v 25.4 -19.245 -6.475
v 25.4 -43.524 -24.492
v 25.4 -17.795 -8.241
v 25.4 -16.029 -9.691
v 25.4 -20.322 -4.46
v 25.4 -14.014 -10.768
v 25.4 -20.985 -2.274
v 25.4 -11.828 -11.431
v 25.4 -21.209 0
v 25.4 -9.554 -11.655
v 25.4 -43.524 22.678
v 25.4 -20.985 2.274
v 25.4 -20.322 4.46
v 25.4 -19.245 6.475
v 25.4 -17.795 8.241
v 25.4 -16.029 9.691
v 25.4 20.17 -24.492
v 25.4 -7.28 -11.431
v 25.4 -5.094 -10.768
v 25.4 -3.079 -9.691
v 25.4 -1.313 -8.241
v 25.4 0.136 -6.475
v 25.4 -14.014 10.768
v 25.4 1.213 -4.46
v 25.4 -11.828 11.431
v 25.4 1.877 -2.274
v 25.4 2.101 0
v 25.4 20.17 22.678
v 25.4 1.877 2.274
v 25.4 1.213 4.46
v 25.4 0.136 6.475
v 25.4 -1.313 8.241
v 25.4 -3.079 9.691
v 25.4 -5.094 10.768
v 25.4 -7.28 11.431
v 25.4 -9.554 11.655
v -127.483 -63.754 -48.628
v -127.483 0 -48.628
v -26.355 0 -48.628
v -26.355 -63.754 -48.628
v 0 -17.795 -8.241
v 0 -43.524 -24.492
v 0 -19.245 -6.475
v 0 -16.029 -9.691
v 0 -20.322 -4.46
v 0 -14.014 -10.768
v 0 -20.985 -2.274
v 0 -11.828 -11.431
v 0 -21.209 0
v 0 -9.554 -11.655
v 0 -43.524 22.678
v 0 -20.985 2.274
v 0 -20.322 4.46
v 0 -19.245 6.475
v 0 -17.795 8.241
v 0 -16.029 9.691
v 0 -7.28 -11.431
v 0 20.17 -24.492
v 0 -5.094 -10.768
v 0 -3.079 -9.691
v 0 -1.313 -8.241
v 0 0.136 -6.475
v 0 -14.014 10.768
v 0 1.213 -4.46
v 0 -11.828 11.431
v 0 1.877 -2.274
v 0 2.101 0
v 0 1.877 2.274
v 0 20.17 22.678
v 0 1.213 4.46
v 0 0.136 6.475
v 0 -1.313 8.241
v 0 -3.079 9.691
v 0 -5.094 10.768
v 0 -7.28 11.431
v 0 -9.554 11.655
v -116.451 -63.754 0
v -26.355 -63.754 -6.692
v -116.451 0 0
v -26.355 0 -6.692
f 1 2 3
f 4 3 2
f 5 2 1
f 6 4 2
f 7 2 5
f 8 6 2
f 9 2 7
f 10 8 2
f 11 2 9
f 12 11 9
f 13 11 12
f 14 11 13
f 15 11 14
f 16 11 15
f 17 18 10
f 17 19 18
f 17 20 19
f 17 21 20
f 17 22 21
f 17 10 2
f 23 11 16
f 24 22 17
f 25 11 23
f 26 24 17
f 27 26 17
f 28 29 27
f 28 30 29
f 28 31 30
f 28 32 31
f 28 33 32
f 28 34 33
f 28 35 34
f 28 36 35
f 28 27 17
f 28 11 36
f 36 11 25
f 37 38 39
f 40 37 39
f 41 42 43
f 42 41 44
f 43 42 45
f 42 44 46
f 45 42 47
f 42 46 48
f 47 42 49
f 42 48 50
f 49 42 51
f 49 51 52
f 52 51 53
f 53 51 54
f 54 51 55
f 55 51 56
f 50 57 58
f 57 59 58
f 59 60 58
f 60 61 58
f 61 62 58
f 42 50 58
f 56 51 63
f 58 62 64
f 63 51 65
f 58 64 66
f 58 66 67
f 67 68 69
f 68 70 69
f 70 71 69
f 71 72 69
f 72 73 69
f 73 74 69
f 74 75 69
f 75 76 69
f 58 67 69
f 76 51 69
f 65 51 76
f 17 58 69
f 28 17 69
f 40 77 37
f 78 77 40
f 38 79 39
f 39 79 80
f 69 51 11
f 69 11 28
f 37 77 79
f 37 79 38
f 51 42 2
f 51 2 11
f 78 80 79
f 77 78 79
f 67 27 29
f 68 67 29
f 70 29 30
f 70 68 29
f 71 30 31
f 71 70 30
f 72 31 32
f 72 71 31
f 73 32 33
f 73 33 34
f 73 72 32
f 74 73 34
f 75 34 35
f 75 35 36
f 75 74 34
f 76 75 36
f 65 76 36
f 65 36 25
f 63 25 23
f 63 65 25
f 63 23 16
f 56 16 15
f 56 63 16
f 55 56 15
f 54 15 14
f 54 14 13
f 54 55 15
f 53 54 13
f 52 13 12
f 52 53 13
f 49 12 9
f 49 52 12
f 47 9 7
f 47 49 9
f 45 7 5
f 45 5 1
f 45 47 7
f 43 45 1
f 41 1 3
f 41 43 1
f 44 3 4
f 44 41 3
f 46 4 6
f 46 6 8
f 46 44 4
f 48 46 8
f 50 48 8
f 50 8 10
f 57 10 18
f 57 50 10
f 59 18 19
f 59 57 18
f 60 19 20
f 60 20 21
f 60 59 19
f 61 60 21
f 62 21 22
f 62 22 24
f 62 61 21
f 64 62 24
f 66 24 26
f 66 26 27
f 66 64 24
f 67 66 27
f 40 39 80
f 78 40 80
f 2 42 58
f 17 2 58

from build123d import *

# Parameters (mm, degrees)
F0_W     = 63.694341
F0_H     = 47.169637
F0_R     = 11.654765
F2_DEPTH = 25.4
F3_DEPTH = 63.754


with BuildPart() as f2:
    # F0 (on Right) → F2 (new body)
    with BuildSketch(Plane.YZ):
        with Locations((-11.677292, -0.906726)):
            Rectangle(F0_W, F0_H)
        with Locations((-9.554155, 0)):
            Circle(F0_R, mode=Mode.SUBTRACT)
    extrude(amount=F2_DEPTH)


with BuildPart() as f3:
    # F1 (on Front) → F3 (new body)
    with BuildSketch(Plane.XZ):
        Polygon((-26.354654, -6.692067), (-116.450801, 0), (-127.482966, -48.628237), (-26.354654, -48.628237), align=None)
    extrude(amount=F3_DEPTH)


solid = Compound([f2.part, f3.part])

...

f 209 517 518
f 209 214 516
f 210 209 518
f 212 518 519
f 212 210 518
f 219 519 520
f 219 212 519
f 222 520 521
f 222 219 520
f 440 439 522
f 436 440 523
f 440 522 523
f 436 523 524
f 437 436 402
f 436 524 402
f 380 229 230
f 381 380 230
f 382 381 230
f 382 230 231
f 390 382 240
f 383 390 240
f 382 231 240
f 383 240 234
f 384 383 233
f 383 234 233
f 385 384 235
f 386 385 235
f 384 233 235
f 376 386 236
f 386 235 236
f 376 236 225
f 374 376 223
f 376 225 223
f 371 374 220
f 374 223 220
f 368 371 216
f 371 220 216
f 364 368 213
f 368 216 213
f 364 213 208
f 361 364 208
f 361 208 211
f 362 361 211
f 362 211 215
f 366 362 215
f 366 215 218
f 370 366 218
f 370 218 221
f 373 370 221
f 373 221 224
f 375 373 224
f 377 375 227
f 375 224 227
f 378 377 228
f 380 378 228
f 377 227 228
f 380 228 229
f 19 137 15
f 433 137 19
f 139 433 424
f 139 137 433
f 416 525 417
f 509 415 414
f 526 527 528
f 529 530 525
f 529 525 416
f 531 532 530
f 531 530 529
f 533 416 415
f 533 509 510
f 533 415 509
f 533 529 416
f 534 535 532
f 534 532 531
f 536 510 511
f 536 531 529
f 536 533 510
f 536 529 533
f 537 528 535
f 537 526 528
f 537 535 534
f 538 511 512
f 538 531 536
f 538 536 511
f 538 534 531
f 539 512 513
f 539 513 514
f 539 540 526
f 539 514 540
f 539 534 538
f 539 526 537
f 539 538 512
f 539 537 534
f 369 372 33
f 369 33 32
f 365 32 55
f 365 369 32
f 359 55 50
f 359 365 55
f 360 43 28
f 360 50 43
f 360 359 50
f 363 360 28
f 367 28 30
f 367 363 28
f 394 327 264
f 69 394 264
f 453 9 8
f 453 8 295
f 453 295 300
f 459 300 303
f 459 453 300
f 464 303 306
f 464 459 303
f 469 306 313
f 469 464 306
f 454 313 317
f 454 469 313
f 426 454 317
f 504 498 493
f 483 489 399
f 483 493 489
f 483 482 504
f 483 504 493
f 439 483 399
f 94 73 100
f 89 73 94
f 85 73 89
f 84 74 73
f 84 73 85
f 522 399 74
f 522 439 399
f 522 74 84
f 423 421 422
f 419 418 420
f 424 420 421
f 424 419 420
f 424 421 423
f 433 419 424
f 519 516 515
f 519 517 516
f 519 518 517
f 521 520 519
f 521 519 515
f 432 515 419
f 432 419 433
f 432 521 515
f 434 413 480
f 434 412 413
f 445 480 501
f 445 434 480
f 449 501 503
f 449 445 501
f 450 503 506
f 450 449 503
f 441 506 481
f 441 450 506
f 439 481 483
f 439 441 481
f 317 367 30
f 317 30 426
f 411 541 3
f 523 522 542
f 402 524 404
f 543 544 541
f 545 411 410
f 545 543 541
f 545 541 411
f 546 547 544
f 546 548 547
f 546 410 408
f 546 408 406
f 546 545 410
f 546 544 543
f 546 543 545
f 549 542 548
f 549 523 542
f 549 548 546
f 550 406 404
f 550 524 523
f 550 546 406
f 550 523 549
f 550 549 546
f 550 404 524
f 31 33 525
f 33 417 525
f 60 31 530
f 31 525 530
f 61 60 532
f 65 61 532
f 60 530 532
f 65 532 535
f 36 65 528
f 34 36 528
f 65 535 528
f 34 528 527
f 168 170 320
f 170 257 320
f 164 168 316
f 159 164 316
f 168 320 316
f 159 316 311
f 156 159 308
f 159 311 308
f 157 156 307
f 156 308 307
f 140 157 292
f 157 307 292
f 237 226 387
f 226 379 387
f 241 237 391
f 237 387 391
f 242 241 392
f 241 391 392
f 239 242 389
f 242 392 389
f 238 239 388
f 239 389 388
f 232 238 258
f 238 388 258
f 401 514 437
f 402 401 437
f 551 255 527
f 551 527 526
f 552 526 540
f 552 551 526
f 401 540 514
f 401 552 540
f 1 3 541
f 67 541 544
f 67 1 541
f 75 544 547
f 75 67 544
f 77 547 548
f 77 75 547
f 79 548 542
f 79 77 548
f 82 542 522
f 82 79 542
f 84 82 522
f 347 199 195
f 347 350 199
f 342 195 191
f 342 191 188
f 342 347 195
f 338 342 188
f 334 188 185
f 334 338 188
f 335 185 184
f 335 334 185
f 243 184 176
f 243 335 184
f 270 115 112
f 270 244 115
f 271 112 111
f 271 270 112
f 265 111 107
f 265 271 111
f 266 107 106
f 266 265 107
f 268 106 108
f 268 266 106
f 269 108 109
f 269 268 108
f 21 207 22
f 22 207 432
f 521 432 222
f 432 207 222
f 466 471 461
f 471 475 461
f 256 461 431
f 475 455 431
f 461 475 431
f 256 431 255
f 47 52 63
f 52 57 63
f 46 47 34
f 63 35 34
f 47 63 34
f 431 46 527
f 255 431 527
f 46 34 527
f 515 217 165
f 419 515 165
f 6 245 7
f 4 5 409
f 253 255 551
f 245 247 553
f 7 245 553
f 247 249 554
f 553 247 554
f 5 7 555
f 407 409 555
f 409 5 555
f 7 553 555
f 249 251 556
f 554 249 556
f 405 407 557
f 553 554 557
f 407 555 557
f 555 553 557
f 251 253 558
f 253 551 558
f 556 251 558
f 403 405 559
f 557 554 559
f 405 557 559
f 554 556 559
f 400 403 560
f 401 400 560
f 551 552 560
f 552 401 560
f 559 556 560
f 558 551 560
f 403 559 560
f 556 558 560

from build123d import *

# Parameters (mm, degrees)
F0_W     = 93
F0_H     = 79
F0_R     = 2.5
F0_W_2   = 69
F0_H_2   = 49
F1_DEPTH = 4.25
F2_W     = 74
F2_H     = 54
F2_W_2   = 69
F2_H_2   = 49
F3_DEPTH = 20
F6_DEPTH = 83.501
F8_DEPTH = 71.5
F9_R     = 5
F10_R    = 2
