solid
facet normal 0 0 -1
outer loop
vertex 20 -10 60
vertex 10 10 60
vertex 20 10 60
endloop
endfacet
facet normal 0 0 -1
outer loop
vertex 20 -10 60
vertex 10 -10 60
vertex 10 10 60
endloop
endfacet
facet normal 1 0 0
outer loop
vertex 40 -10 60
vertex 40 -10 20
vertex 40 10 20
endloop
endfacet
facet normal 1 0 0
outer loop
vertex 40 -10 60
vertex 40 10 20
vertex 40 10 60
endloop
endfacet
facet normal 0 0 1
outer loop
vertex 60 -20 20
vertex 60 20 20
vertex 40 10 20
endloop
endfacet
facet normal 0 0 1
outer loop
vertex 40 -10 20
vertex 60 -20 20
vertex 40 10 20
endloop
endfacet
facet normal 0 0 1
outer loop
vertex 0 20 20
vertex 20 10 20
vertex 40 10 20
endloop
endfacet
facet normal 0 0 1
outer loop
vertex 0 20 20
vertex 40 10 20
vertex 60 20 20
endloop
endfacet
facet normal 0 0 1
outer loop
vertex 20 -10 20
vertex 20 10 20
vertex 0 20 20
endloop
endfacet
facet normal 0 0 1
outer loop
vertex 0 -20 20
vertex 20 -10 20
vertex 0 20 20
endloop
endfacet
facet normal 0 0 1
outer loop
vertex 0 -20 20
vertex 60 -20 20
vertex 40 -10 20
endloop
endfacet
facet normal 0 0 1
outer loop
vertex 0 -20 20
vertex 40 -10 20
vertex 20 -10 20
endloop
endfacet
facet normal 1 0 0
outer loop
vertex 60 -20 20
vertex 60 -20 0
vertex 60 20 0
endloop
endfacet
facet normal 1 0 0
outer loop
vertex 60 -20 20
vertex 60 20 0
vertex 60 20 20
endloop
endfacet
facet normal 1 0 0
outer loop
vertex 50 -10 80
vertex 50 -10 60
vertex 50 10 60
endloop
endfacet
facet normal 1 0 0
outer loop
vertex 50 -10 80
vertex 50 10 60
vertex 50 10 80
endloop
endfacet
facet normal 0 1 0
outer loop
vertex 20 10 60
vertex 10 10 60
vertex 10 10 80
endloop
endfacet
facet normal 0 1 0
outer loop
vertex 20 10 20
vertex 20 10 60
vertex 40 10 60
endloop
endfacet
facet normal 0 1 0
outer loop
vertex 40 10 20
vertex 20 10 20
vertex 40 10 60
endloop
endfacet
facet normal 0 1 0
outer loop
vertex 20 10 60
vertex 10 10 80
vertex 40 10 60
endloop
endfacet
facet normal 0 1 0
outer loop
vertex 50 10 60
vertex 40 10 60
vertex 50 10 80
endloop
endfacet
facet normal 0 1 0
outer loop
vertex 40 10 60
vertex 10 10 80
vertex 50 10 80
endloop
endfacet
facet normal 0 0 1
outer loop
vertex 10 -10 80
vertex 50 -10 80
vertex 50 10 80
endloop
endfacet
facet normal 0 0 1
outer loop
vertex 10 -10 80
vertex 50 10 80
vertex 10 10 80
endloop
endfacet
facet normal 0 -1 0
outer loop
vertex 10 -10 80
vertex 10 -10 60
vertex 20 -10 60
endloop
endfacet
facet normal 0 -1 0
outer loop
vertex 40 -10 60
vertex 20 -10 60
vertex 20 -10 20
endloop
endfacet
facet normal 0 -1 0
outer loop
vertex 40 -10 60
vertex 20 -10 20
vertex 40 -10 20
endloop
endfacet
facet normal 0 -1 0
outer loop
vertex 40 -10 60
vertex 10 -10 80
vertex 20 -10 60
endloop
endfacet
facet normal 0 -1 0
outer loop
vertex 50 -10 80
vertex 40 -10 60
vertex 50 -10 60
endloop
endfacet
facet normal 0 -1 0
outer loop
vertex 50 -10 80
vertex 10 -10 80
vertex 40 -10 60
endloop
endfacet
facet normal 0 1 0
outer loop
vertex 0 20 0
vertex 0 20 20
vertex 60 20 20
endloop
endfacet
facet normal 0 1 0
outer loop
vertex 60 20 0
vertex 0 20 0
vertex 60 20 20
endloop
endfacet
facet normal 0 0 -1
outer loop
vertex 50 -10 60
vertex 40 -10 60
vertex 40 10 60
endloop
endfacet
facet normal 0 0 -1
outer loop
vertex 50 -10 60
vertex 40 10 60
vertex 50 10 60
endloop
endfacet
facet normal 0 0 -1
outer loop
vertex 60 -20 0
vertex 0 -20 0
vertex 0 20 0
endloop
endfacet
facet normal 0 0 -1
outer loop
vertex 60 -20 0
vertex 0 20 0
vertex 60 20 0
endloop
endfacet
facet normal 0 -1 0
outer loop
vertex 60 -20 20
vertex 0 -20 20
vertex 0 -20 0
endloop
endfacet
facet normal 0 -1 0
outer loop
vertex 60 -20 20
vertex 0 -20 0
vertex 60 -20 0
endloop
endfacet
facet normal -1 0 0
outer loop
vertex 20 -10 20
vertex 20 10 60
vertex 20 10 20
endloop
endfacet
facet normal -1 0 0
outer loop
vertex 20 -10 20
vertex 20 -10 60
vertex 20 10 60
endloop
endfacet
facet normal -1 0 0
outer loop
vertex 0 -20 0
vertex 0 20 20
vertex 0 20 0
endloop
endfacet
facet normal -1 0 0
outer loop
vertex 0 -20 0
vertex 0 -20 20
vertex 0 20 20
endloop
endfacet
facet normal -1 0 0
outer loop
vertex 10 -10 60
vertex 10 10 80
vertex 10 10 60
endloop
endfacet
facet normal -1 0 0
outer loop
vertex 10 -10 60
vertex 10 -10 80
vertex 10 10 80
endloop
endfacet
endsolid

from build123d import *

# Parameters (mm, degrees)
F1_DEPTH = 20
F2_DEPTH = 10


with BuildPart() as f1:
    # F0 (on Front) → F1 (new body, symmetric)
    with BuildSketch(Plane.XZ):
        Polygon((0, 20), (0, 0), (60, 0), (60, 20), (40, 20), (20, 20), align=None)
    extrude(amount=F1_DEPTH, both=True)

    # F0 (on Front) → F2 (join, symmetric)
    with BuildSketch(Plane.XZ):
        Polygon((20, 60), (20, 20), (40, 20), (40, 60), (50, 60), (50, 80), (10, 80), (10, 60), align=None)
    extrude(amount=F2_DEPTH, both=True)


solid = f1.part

◆ Work task: Above are the entries. Copy exactly the part that opens with the line containing "f 376 236 225" and closes with the line containing "f 483 489 399", and no more.

◆ Completed exercise:
f 376 236 225
f 374 376 223
f 376 225 223
f 371 374 220
f 374 223 220
f 368 371 216
f 371 220 216
f 364 368 213
f 368 216 213
f 364 213 208
f 361 364 208
f 361 208 211
f 362 361 211
f 362 211 215
f 366 362 215
f 366 215 218
f 370 366 218
f 370 218 221
f 373 370 221
f 373 221 224
f 375 373 224
f 377 375 227
f 375 224 227
f 378 377 228
f 380 378 228
f 377 227 228
f 380 228 229
f 19 137 15
f 433 137 19
f 139 433 424
f 139 137 433
f 416 525 417
f 509 415 414
f 526 527 528
f 529 530 525
f 529 525 416
f 531 532 530
f 531 530 529
f 533 416 415
f 533 509 510
f 533 415 509
f 533 529 416
f 534 535 532
f 534 532 531
f 536 510 511
f 536 531 529
f 536 533 510
f 536 529 533
f 537 528 535
f 537 526 528
f 537 535 534
f 538 511 512
f 538 531 536
f 538 536 511
f 538 534 531
f 539 512 513
f 539 513 514
f 539 540 526
f 539 514 540
f 539 534 538
f 539 526 537
f 539 538 512
f 539 537 534
f 369 372 33
f 369 33 32
f 365 32 55
f 365 369 32
f 359 55 50
f 359 365 55
f 360 43 28
f 360 50 43
f 360 359 50
f 363 360 28
f 367 28 30
f 367 363 28
f 394 327 264
f 69 394 264
f 453 9 8
f 453 8 295
f 453 295 300
f 459 300 303
f 459 453 300
f 464 303 306
f 464 459 303
f 469 306 313
f 469 464 306
f 454 313 317
f 454 469 313
f 426 454 317
f 504 498 493
f 483 489 399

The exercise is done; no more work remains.